Не стоит рассказывать о моем расставании с Джубгой, другом, которого я предал. На коня, оставленного князем Барятинским, мне и смотреть не хотелось. Месяц спустя я уступил его по дешевке одному из штабных офицеров, что вызвало недоумение и осуждение моих сослуживцев. Сказавшись больным, я подал рапорт об отпуске, однако командир полка отказал мне, как я подозревал, по наущению Офрейна.

 Пустота, образовавшаяся вокруг меня, вызывалась и моей, после дуэли с Поповым Азотовым, репутацией бретера, и историей с князем Барятинским, не столь связанной с Джубгой, сколь с неожиданным для всех моим повышением в чине, тем, что я чурался теперь общества, упорно отказываясь от приглашений раскинуть картишки и хлебнуть рому, и даже не всем этим, вместе взятым, сколько тем, что поведение мое было непонятным, а на Руси ничто не вызывает такого отчуждения, как непонятное поведение человека. Он становится чужим, к чужим же у нас, как известно, относятся подозрительно, с предубеждением.

 Как то я вызвался отвезти пакет в отряд. Затем еще. Вне полка мне дышалось легче. Наверное, и других устраивало реже видеть мою физиономию, потому что постепенно все поручения, квартирмейстерские и прочие, стали возлагаться главным образом на меня. Ездил я один, без сопровождения солдат, и несколько раз меня обстреляли, даже легко ранили в плечо.

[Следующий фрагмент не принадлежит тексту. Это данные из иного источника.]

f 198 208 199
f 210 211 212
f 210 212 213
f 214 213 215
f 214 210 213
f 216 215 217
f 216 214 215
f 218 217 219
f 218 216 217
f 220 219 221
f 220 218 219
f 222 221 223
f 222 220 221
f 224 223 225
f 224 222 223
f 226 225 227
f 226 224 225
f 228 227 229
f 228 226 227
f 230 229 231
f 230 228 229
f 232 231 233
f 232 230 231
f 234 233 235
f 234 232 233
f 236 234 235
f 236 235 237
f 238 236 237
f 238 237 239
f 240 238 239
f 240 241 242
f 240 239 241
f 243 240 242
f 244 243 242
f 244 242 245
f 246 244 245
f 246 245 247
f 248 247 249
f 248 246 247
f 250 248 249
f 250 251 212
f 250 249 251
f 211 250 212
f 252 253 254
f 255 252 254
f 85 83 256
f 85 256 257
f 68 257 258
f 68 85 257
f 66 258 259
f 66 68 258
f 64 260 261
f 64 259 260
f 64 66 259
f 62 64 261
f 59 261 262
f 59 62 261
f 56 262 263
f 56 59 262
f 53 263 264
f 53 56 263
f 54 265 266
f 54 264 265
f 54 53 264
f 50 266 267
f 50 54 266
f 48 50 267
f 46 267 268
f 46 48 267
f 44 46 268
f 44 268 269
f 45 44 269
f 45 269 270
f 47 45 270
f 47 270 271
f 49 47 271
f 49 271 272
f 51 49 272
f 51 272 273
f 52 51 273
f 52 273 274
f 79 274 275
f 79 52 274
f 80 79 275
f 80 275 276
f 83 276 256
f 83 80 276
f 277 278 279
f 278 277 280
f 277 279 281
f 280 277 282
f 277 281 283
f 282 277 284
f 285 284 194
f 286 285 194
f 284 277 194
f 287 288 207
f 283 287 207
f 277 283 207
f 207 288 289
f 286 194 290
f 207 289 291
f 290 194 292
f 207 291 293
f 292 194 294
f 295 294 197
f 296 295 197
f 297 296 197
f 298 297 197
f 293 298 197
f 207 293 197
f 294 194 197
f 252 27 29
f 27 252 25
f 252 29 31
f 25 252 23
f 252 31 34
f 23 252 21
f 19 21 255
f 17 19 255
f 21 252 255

 В штабе полковника Геймана, — вскоре он стал генералом, — я познакомился с приехавшим по каким то своим делам капитаном Закурдаевым, добродушным старым служакой, командиром поста на берегу моря, откуда черкесы отъезжали в Турцию. Закурдаев, как я догадывался, такой же одинокий человек, предложил погостить у него денек другой. Кто мог предположить, что в минуту сию решалась моя судьба?

 Я с равнодушием посмотрел на продубленное солнцем и непогодой, коричневое лицо старика. Волосы с суворовским хохолков, усы и бакенбарды давно поседели, нося серый оттенок, а брови оставались темными. Кого то он очень напоминал мне, но кого именно, я никак не мог уразуметь. Возвращаться в полк я не спешил, но и трястись до вечера в бричке, чтобы провести день на забытом богом посту, мне тоже не хотелось. Капитан погрустнел, потер пальцами нос, нащупав волосок, привычно выдернул его и, вздохнув, спросил:

 — Не изволите, значит?

 — Поедем, — сжалившись, согласился я. — Выпить у вас чего нибудь, кроме бузы, найдется?

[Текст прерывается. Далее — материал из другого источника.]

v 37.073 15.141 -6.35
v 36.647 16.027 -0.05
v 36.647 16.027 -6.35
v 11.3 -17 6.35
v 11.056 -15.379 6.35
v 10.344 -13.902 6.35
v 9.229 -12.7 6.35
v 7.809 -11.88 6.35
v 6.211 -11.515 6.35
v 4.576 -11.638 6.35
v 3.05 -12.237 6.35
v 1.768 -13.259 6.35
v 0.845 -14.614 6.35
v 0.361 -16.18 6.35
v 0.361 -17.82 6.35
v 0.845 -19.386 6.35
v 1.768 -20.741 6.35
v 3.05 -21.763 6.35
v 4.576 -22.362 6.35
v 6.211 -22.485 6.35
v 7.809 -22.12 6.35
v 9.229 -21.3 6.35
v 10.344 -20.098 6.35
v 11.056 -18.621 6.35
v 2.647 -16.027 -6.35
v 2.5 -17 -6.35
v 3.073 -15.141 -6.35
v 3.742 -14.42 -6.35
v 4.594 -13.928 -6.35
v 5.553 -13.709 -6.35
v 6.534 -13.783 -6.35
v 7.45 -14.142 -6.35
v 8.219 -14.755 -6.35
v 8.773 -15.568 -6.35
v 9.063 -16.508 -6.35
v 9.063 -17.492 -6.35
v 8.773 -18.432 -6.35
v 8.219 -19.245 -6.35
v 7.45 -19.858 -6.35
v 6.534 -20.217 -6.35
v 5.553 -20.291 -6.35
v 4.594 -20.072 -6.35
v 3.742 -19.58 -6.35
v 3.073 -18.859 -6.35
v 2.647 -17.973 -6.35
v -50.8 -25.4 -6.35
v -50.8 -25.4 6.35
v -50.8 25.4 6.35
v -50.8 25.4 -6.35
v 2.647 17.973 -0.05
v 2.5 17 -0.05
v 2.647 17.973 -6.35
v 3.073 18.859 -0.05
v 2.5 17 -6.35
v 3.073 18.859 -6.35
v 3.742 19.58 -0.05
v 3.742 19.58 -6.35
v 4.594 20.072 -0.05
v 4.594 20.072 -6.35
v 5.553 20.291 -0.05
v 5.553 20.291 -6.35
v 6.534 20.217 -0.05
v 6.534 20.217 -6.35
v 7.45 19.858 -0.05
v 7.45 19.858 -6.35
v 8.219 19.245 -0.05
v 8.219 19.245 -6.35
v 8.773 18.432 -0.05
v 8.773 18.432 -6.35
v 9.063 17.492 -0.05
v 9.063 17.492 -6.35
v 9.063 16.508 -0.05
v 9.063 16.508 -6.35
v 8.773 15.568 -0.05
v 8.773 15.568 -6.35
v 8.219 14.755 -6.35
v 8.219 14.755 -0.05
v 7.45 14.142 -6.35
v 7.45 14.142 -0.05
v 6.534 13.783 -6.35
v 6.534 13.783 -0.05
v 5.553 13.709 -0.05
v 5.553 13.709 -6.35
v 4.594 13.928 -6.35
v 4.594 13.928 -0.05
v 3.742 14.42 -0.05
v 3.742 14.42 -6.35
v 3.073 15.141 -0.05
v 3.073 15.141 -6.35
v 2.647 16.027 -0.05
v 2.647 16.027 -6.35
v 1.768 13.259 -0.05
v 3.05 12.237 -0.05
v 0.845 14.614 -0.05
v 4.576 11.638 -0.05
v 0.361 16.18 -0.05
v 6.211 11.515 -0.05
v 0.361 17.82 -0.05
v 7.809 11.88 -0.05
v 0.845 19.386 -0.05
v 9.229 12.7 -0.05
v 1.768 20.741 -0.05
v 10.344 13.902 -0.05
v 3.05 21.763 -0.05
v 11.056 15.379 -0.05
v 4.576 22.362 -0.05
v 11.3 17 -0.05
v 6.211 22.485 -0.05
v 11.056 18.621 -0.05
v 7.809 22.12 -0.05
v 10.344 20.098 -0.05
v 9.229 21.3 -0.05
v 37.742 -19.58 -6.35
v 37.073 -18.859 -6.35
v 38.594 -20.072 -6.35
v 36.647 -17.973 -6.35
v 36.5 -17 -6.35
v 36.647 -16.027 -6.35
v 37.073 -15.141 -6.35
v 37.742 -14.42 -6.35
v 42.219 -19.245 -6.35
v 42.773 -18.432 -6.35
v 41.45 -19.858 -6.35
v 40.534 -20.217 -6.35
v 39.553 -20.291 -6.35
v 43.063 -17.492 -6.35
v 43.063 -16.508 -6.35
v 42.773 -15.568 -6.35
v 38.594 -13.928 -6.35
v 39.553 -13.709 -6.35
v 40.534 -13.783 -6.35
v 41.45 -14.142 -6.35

 Закурдаев просиял, вскочил и стал пожимать мне руку, приговаривая:

 — И ром! Настоящий, ямайский! И мадера есть, у турок выменял, и кахетинским угощу вас, сударь. Значит, в путь-дорожку?

 Дорога оказалась не особо тряской, бричка была выложена сеном, и мы, полулежа, то подремывали, то неторопливо беседовали. Спросив о моем имени, Закурдаев стал называть меня Яковом, а то и просто Яшей, а себя попросил именовать безо всякого чинопочитания Афанасием Игнатьевичем. Старик оказался не глуп, за долгую кочевую жизнь многого нахватался, и я не скучал, тем более что, расположившись ко мне, Закурдаев не остерегался и выражал свои мнения с полной откровенностью. Я наконец припомнил, на кого он походил, и сказал: 

— Вы вылитый Максим Максимыч.

 — Кто? — удивился Закурдаев.

 — «Героя нашего времени» лермонтовского читали?

 — Не довелось. Кем он у него выведен, Максим Максимыч-то?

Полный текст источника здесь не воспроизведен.